Figure 2. example.ttl — An example bibliographic ‘record’ in RDF.

The combined context and framing document in Figure 3 will support the conversion of this data into a JSON document similar to the initial BibJSON in Figure 1. The constructions “‘type’: ‘@type'” and “‘id’: ‘@id'” create aliases for JSON-LD keywords which would otherwise appear in our final document, making them more human readable and closer to the default BibJSON terms. Where BibJSON calls for a “list of objects”, the context specifies @set as the container to ensure compliance.
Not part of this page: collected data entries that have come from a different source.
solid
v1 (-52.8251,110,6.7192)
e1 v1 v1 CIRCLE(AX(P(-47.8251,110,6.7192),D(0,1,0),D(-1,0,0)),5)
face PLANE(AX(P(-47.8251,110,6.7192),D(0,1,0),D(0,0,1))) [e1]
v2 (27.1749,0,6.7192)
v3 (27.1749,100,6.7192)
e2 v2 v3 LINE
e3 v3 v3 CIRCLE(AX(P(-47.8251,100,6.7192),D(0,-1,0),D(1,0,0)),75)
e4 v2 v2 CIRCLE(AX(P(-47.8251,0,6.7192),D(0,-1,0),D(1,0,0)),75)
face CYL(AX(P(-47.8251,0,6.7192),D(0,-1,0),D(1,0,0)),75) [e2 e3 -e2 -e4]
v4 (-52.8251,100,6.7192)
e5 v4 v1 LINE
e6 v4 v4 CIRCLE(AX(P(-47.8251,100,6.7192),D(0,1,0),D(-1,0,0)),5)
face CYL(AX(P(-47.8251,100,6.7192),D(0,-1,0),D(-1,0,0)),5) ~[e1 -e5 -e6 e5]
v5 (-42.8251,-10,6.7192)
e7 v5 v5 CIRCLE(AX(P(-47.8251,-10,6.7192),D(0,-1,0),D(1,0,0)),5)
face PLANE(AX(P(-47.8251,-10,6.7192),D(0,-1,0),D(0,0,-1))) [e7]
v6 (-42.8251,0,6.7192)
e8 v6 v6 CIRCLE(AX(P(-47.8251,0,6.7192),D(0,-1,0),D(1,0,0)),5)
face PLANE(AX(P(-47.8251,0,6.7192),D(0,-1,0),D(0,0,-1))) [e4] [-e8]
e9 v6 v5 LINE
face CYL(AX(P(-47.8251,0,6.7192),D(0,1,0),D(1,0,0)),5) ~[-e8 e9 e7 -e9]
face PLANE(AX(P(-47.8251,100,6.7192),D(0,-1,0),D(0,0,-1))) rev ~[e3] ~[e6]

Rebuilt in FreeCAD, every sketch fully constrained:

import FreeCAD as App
import Part
import Sketcher
from FreeCAD import Vector
Q = App.Units.Quantity

doc = App.newDocument("Part")
params = doc.addObject("Spreadsheet::Sheet", "Params")
for row, (alias, value) in enumerate([
    ("pad1_length", "3.9370079 in"),
    ("pad2_length", "0.3937008 in"),
    ("pad3_length", "0.3937008 in"),
], start=1):
    params.set(f"A{row}", alias)
    params.set(f"B{row}", "=" + value)
    params.setAlias(f"B{row}", alias)

body = doc.addObject("PartDesign::Body", "Body")

# Sketch on XZ plane
sketch1 = doc.addObject("Sketcher::SketchObject", "Sketch")
body.addObject(sketch1)
sketch1.AttachmentSupport = (doc.XZ_Plane, [""])
sketch1.MapMode = "FlatFace"
sketch1.addGeometry(Part.Circle(Vector(-48, 7, 0), Vector(0, 0, 1), 75), False)
sketch1.addConstraint([
    Sketcher.Constraint("Diameter", 0, Q("5.9055 in")),
    Sketcher.Constraint("DistanceX", 0, 3, -1, 1, 47.825),
    Sketcher.Constraint("DistanceY", -1, 1, 0, 3, 6.7192),
])
pad1 = doc.addObject("PartDesign::Pad", "Pad")
body.addObject(pad1)
pad1.Profile = sketch1
pad1.setExpression("Length", "Params.pad1_length")
pad1.Reversed = True

# Sketch on XZ plane
sketch2 = doc.addObject("Sketcher::SketchObject", "Sketch001")
body.addObject(sketch2)
sketch2.AttachmentSupport = (doc.XZ_Plane, [""])
sketch2.MapMode = "FlatFace"
sketch2.addGeometry(Part.Circle(Vector(-48, 7, 0), Vector(0, 0, 1), 5), False)
sketch2.addConstraint([
    Sketcher.Constraint("Diameter", 0, Q("0.3937 in")),
    Sketcher.Constraint("DistanceX", 0, 3, -1, 1, 47.825),
    Sketcher.Constraint("DistanceY", -1, 1, 0, 3, 6.7192),
])
pad2 = doc.addObject("PartDesign::Pad", "Pad001")
body.addObject(pad2)
pad2.Profile = sketch2
pad2.setExpression("Length", "Params.pad2_length")

# Sketch on XZ plane
sketch3 = doc.addObject("Sketcher::SketchObject", "Sketch002")
body.addObject(sketch3)
sketch3.AttachmentSupport = (doc.XZ_Plane, [""])
sketch3.MapMode = "FlatFace"
sketch3.AttachmentOffset = App.Placement(Vector(0, 0, -3.9370079 * 25.4), App.Rotation())
sketch3.addGeometry(Part.Circle(Vector(-48, 7, 0), Vector(0, 0, 1), 5), False)
sketch3.addConstraint([
    Sketcher.Constraint("Diameter", 0, Q("0.3937 in")),
    Sketcher.Constraint("DistanceX", 0, 3, -1, 1, 47.825),
    Sketcher.Constraint("DistanceY", -1, 1, 0, 3, 6.7192),
])
pad3 = doc.addObject("PartDesign::Pad", "Pad002")
body.addObject(pad3)
pad3.Profile = sketch3
pad3.setExpression("Length", "Params.pad3_length")
pad3.Reversed = True

doc.recompute()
The second part of the document (following the @context object) is the frame. It can be read as declaring that the “article” is the root node, and that the other objects should be embedded in its tree. Figure 4 shows the BibJSON-like results; the Python code used to generate the JSON-LD, and an un-framed example of the same graph are included as an appendix.

{
   "@context": {
      "type": "@type",
      "id": "@id",
      "article": "http://purl.org/ontology/bibo/Article",
      "Journal": "http://purl.org/ontology/bibo/Journal",
      "journal": "http://purl.org/dc/elements/1.1/isPartOf",
      "title": "http://purl.org/dc/elements/1.1/title",
      "issue": "http://purl.org/ontology/bibo/issue",
      "author": {
        "@id":"http://purl.org/dc/elements/1.1/creator",
        "@container": "@set"
      },
      "Person": "http://xmlns.com/foaf/0.1/Person",
      "link": {
        "@id": "http://purl.org/dc/elements/1.1/link",
        "@container": "@set"
          },
      "doi": {
        "@id":"http://purl.org/ontology/bibo/doi",
        "@container": "@set"
	  },
      "name": "http://www.w3.org/2000/01/rdf-schema#label",
      "year": "http://purl.org/dc/elements/1.1/date"
   },

  "@type": "article",
  "author": {
    "@type": "Person",
    "@embed": "true"
  } ,
  "journal": {
    "@type":"Journal",
    "@embed": "true"
  },
  "link": {
    "@type":"id",
    "@embed": "true"
  }
}

Figure 3. example_frame.jsonld — Context and framing document.

{
   "@context": {
     ...
   },
 "@graph": [
  {
   "title": "Indexing Linked Bibliographic Data with JSON-LD, BibJSON & Elasticsearch", 
   "author": [
    {
     "foaf:lastname": "Johnson", 
     "type": "Person", 
     "name": "Thomas Johnson", 
     "id": "http://id.achelo.us/tjohnson"
    }
   ], 
   "type": "article", 
   "journal": {
    "http://www.w3.org/2000/01/rdf-schema#seeAlso": {
     "id": "http://journal.code4lib.org/"
    }, 
    "type": "Journal", 
    "name": "Code4Lib Journal", 
    "id": "urn:issn:19405758"
   }, 
   "link": [
    {"id": "http://example.org/tjohnson-2013"}
   ], 
   "year": "2013", 
   "issue": "19", 
   "id": "http://id.example.org/tjohnson-2013",
   "doi": "10.1000/182"
  }
 ]
}

Figure 4. example.json — Framed JSON-LD.

Comparing the output with the initial BibJSON example reveals a few interesting differences. Firstly, unexpected fields (foaf:lastname, rdfs:seeAlso, and various IRIs) are handled gracefully and without data loss. This will continue to work even if the unexpected nodes give rise to complex graph structures. Unexpected data can simply be ignored by any software using the index, while remaining available on an ad-hoc basis and subject to Elasticsearch’s default analysis. It can also, of course, be converted back into the original RDF along with the rest of the data.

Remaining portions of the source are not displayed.